*** Opening RECORDS SHOWN ***

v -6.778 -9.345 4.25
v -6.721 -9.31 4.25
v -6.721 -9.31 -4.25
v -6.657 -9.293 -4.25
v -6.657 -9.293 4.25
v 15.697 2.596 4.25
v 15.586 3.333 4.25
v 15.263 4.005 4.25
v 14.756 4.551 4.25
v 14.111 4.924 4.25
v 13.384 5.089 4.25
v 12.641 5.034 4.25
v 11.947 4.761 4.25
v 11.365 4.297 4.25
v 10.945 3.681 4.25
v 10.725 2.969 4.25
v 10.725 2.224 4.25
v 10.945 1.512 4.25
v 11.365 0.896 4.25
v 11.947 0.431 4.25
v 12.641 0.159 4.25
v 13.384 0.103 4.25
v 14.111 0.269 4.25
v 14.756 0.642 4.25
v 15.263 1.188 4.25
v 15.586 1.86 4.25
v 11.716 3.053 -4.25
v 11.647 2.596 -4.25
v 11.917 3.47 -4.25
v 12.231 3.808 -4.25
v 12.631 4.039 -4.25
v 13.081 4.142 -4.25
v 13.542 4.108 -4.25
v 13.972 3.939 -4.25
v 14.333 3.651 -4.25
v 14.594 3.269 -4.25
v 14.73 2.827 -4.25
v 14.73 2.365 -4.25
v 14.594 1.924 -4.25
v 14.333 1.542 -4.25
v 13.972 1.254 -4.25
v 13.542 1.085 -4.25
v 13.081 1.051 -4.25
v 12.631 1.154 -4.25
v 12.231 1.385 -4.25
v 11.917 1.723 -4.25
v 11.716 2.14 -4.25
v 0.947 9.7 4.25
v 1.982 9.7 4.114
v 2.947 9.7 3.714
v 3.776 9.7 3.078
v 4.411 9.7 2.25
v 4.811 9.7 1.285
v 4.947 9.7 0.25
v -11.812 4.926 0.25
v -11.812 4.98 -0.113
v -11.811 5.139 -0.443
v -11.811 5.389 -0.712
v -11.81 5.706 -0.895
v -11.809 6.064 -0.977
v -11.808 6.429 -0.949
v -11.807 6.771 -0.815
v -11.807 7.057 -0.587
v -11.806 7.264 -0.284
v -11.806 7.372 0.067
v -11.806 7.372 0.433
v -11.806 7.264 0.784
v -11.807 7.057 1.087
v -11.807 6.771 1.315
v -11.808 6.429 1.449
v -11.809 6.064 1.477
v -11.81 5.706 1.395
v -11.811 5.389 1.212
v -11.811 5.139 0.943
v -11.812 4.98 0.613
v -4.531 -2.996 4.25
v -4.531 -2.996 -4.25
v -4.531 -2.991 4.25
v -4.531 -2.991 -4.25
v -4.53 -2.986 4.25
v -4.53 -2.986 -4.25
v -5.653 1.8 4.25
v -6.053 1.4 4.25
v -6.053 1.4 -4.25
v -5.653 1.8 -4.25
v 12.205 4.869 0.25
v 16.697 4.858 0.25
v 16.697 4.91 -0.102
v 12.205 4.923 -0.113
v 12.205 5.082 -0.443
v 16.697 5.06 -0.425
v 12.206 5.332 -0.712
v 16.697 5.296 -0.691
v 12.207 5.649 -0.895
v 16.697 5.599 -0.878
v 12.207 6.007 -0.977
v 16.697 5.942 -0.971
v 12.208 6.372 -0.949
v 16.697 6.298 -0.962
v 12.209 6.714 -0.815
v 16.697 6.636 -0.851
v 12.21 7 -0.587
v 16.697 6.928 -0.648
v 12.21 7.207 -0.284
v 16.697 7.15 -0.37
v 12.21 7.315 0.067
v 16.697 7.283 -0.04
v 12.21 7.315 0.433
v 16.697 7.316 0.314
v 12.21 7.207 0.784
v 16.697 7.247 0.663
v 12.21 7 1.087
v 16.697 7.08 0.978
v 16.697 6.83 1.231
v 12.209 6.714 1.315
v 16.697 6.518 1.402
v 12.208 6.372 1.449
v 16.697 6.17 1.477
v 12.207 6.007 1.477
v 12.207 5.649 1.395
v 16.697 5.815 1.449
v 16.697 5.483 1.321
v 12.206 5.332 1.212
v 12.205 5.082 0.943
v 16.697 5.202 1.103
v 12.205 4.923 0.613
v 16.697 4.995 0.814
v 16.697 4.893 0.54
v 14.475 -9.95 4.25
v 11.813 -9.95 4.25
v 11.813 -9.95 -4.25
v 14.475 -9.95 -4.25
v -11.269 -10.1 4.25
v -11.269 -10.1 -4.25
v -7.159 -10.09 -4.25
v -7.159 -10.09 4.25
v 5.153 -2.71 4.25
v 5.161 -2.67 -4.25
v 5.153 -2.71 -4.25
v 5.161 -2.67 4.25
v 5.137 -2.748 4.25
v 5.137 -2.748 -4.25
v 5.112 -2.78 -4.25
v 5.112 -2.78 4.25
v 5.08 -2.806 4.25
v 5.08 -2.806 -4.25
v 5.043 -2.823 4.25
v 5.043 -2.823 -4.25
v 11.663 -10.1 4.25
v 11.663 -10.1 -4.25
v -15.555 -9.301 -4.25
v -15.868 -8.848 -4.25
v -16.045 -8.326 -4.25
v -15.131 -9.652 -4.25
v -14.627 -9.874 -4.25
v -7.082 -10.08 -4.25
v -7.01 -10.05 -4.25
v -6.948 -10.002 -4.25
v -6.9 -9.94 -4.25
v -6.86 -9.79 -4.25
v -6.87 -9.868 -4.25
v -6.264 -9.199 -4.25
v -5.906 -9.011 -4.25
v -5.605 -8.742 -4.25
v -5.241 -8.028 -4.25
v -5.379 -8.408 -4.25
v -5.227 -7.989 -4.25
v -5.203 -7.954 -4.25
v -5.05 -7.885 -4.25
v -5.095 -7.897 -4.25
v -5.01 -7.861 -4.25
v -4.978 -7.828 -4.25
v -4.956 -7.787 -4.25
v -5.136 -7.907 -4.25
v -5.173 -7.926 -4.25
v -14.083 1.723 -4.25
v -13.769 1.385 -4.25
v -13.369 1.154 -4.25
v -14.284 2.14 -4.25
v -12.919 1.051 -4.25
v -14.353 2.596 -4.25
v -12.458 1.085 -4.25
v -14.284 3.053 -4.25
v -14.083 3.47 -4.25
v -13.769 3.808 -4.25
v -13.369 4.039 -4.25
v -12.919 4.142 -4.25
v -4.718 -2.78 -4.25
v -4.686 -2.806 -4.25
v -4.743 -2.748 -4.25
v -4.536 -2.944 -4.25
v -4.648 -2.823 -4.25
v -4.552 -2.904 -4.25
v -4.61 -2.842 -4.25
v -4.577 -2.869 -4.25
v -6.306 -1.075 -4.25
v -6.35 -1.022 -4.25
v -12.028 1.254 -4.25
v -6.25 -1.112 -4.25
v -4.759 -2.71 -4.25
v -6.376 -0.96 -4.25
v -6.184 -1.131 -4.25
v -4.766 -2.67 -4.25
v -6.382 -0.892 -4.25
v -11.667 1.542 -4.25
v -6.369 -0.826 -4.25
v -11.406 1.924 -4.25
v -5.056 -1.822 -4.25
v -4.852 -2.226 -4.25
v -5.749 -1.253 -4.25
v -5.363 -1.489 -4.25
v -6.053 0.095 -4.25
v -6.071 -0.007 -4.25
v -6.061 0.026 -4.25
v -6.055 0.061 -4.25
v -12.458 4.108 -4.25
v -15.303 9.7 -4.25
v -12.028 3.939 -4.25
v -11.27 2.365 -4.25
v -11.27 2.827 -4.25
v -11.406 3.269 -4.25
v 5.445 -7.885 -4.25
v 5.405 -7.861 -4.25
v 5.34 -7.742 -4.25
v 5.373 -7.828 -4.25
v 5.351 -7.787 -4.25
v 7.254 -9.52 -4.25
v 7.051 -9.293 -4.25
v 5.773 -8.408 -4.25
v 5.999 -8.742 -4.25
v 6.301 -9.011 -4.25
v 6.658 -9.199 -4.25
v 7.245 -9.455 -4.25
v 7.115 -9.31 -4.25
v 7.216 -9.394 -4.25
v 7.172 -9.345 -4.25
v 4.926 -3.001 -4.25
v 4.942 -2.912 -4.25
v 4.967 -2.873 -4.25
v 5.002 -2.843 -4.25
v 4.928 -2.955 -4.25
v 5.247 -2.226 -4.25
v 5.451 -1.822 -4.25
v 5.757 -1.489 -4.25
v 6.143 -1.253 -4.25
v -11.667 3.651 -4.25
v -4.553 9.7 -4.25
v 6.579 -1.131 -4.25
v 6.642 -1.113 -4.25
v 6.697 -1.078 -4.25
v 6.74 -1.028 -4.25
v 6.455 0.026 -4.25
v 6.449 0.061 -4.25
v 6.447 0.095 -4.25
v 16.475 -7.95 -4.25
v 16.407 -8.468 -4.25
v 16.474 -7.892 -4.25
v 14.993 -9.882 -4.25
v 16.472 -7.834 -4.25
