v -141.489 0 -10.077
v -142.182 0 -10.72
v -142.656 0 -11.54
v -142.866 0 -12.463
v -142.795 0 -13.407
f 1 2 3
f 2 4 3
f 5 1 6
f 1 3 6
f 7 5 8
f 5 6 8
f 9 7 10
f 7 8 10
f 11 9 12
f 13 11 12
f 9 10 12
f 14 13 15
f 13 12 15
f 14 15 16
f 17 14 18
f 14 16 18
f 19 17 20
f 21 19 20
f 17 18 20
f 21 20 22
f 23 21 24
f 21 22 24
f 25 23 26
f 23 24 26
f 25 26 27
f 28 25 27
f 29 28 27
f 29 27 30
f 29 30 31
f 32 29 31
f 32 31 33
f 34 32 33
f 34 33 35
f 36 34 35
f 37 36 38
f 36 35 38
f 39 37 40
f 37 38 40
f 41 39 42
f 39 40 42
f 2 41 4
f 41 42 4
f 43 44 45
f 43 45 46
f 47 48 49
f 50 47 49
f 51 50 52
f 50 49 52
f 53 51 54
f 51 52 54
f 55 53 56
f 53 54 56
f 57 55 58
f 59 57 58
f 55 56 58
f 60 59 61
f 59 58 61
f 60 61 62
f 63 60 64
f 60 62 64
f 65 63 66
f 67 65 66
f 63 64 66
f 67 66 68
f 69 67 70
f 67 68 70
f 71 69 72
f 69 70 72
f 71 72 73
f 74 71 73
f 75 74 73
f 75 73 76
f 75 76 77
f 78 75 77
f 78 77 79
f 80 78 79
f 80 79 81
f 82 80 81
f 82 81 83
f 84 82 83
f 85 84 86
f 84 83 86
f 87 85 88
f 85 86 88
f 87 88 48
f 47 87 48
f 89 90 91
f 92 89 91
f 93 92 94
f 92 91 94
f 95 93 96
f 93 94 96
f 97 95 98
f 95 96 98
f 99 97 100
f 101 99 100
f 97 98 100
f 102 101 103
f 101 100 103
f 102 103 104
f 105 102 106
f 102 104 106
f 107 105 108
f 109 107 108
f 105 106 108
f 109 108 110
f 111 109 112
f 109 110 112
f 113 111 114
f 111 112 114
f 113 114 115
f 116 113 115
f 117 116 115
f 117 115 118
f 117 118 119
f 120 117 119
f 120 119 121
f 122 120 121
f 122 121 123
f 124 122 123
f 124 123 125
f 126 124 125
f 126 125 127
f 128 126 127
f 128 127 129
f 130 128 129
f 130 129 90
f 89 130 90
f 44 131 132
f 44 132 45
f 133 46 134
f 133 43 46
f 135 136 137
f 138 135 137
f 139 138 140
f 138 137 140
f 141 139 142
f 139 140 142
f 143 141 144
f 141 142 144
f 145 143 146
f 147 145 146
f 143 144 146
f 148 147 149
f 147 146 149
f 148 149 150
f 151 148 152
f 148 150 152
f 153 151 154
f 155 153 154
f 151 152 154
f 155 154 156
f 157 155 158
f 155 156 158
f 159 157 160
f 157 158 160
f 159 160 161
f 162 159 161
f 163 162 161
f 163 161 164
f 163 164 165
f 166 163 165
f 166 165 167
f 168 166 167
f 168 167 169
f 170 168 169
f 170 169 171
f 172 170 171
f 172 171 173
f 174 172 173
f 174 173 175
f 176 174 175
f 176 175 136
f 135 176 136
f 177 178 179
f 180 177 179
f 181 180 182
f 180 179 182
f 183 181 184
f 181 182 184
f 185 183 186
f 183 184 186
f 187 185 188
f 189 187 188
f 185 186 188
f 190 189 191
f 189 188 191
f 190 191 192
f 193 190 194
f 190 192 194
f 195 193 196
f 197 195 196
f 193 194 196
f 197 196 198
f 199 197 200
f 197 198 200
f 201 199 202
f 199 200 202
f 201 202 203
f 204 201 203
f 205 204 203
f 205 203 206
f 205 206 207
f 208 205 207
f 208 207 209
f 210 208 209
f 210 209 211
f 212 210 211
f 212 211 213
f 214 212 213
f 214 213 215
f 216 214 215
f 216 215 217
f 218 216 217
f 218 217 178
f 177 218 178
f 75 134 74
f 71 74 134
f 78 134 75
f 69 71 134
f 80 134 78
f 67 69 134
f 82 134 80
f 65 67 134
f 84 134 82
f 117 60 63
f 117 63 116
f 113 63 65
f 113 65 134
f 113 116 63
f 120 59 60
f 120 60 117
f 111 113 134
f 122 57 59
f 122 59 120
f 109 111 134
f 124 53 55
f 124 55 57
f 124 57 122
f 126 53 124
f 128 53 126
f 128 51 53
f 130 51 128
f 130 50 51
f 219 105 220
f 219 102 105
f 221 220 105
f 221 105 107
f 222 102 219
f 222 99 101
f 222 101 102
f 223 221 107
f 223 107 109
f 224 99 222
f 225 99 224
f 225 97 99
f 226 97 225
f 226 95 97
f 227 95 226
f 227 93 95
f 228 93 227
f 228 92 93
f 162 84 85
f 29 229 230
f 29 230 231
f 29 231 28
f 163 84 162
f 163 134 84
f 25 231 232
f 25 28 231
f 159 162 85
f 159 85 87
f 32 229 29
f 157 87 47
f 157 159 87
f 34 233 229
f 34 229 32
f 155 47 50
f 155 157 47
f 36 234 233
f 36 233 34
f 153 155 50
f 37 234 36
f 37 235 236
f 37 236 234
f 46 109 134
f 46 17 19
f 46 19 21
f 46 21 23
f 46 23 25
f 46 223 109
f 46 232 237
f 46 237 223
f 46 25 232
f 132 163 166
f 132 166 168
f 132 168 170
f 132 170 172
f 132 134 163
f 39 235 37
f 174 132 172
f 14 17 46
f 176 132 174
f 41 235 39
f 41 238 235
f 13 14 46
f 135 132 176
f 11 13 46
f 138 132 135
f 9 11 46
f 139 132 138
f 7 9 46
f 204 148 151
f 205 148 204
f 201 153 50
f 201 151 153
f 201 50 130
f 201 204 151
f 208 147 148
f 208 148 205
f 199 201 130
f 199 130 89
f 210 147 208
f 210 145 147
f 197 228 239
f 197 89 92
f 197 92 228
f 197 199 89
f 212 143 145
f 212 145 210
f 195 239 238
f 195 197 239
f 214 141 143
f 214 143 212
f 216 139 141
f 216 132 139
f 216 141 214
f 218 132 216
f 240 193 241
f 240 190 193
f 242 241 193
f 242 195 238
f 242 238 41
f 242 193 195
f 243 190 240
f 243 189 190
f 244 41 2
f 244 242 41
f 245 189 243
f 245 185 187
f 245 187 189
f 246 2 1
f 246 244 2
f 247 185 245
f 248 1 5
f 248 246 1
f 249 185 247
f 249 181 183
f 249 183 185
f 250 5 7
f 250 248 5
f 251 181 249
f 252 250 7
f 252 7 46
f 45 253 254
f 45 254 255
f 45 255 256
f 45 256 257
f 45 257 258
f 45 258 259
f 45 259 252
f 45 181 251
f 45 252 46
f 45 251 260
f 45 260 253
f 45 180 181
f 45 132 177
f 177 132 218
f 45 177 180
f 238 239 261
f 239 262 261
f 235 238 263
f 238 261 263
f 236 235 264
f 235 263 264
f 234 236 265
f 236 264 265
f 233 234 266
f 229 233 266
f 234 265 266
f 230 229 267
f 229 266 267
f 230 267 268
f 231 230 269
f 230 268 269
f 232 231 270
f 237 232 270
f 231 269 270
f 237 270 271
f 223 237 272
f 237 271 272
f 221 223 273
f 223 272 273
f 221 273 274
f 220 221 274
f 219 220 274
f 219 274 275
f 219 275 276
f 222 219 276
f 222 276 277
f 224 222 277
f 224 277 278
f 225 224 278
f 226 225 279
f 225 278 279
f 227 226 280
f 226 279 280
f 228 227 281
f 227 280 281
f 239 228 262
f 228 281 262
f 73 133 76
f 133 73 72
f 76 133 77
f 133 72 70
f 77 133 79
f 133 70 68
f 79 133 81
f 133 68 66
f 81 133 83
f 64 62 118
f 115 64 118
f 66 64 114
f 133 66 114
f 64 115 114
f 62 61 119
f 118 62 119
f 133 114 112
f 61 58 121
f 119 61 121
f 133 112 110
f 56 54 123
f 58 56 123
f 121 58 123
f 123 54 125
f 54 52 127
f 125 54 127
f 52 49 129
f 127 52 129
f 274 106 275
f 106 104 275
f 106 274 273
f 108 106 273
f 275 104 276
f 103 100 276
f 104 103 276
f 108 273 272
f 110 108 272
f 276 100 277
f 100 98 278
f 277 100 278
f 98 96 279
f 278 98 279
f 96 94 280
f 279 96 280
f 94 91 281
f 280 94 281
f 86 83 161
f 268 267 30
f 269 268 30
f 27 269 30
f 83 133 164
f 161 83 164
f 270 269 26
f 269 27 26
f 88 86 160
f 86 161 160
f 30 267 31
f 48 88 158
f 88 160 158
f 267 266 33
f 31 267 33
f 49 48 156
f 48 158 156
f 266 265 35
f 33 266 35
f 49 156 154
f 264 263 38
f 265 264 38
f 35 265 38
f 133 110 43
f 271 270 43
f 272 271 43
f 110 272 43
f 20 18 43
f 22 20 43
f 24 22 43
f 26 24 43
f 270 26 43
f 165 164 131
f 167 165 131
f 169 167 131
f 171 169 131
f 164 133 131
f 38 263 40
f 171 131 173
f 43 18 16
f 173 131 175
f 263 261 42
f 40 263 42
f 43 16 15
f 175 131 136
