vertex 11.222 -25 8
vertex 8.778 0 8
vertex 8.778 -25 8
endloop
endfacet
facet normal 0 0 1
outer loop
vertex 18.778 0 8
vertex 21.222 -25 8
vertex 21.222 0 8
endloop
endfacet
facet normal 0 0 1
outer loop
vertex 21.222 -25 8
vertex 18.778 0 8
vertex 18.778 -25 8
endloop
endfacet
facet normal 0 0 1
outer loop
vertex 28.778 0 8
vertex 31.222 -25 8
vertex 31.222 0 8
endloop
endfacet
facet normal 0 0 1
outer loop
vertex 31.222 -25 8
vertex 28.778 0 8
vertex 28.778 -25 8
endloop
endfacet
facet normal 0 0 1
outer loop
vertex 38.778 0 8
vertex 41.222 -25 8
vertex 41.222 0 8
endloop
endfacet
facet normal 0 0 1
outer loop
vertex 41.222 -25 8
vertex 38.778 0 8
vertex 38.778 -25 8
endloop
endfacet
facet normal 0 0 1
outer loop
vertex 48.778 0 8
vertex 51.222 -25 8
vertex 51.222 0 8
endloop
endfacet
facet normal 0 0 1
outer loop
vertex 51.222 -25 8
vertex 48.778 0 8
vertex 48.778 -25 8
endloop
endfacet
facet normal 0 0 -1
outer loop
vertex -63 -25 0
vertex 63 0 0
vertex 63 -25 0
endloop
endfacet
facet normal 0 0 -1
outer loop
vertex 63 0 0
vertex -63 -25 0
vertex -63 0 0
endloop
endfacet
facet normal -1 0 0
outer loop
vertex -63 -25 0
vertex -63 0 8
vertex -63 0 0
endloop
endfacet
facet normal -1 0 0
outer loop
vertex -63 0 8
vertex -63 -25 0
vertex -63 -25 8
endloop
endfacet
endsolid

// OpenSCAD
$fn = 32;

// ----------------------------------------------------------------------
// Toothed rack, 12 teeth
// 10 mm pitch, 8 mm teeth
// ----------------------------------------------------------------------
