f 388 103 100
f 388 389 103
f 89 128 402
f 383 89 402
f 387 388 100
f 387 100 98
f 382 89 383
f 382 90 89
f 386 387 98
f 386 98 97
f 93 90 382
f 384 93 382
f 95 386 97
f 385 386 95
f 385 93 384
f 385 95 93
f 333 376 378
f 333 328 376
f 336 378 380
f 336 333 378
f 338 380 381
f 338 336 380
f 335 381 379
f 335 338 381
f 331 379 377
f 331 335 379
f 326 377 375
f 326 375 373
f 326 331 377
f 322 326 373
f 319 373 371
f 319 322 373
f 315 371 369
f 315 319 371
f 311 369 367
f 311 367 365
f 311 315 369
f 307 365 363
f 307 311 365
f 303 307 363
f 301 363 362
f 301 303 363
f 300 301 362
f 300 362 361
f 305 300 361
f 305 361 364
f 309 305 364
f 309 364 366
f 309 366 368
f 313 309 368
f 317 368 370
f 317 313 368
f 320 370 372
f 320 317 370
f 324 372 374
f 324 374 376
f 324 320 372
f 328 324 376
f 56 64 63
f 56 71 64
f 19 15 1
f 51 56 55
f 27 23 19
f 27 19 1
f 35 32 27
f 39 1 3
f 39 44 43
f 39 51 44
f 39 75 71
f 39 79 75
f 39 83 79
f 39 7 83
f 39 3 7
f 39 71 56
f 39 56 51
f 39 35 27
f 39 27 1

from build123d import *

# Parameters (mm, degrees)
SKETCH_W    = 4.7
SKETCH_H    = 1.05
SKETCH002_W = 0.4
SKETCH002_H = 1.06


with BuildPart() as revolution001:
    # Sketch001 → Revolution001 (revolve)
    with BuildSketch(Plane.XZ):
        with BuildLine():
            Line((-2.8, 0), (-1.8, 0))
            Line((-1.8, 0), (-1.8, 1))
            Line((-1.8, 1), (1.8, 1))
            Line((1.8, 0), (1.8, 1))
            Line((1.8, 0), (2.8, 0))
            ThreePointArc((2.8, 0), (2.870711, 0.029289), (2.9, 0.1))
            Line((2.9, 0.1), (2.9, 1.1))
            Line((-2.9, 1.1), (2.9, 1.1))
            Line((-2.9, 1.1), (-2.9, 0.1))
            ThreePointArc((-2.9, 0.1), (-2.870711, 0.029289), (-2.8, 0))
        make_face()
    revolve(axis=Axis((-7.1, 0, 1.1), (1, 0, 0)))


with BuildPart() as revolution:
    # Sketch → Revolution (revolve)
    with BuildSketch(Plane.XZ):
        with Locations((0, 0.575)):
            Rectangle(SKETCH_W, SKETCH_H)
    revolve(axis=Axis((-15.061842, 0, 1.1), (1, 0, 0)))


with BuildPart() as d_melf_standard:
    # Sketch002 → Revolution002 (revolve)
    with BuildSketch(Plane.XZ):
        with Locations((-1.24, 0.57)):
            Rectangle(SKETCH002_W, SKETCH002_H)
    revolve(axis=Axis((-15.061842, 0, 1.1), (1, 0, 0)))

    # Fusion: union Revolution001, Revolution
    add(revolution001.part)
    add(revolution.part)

*** Closing RECORDS SHOWN ***

§ **TASK TO COMPLETE**
Copy out the lines above with "ThreePointArc" in them.

§ **RESPONSE AREA**
            ThreePointArc((2.8, 0), (2.870711, 0.029289), (2.9, 0.1))
            ThreePointArc((-2.9, 0.1), (-2.870711, 0.029289), (-2.8, 0))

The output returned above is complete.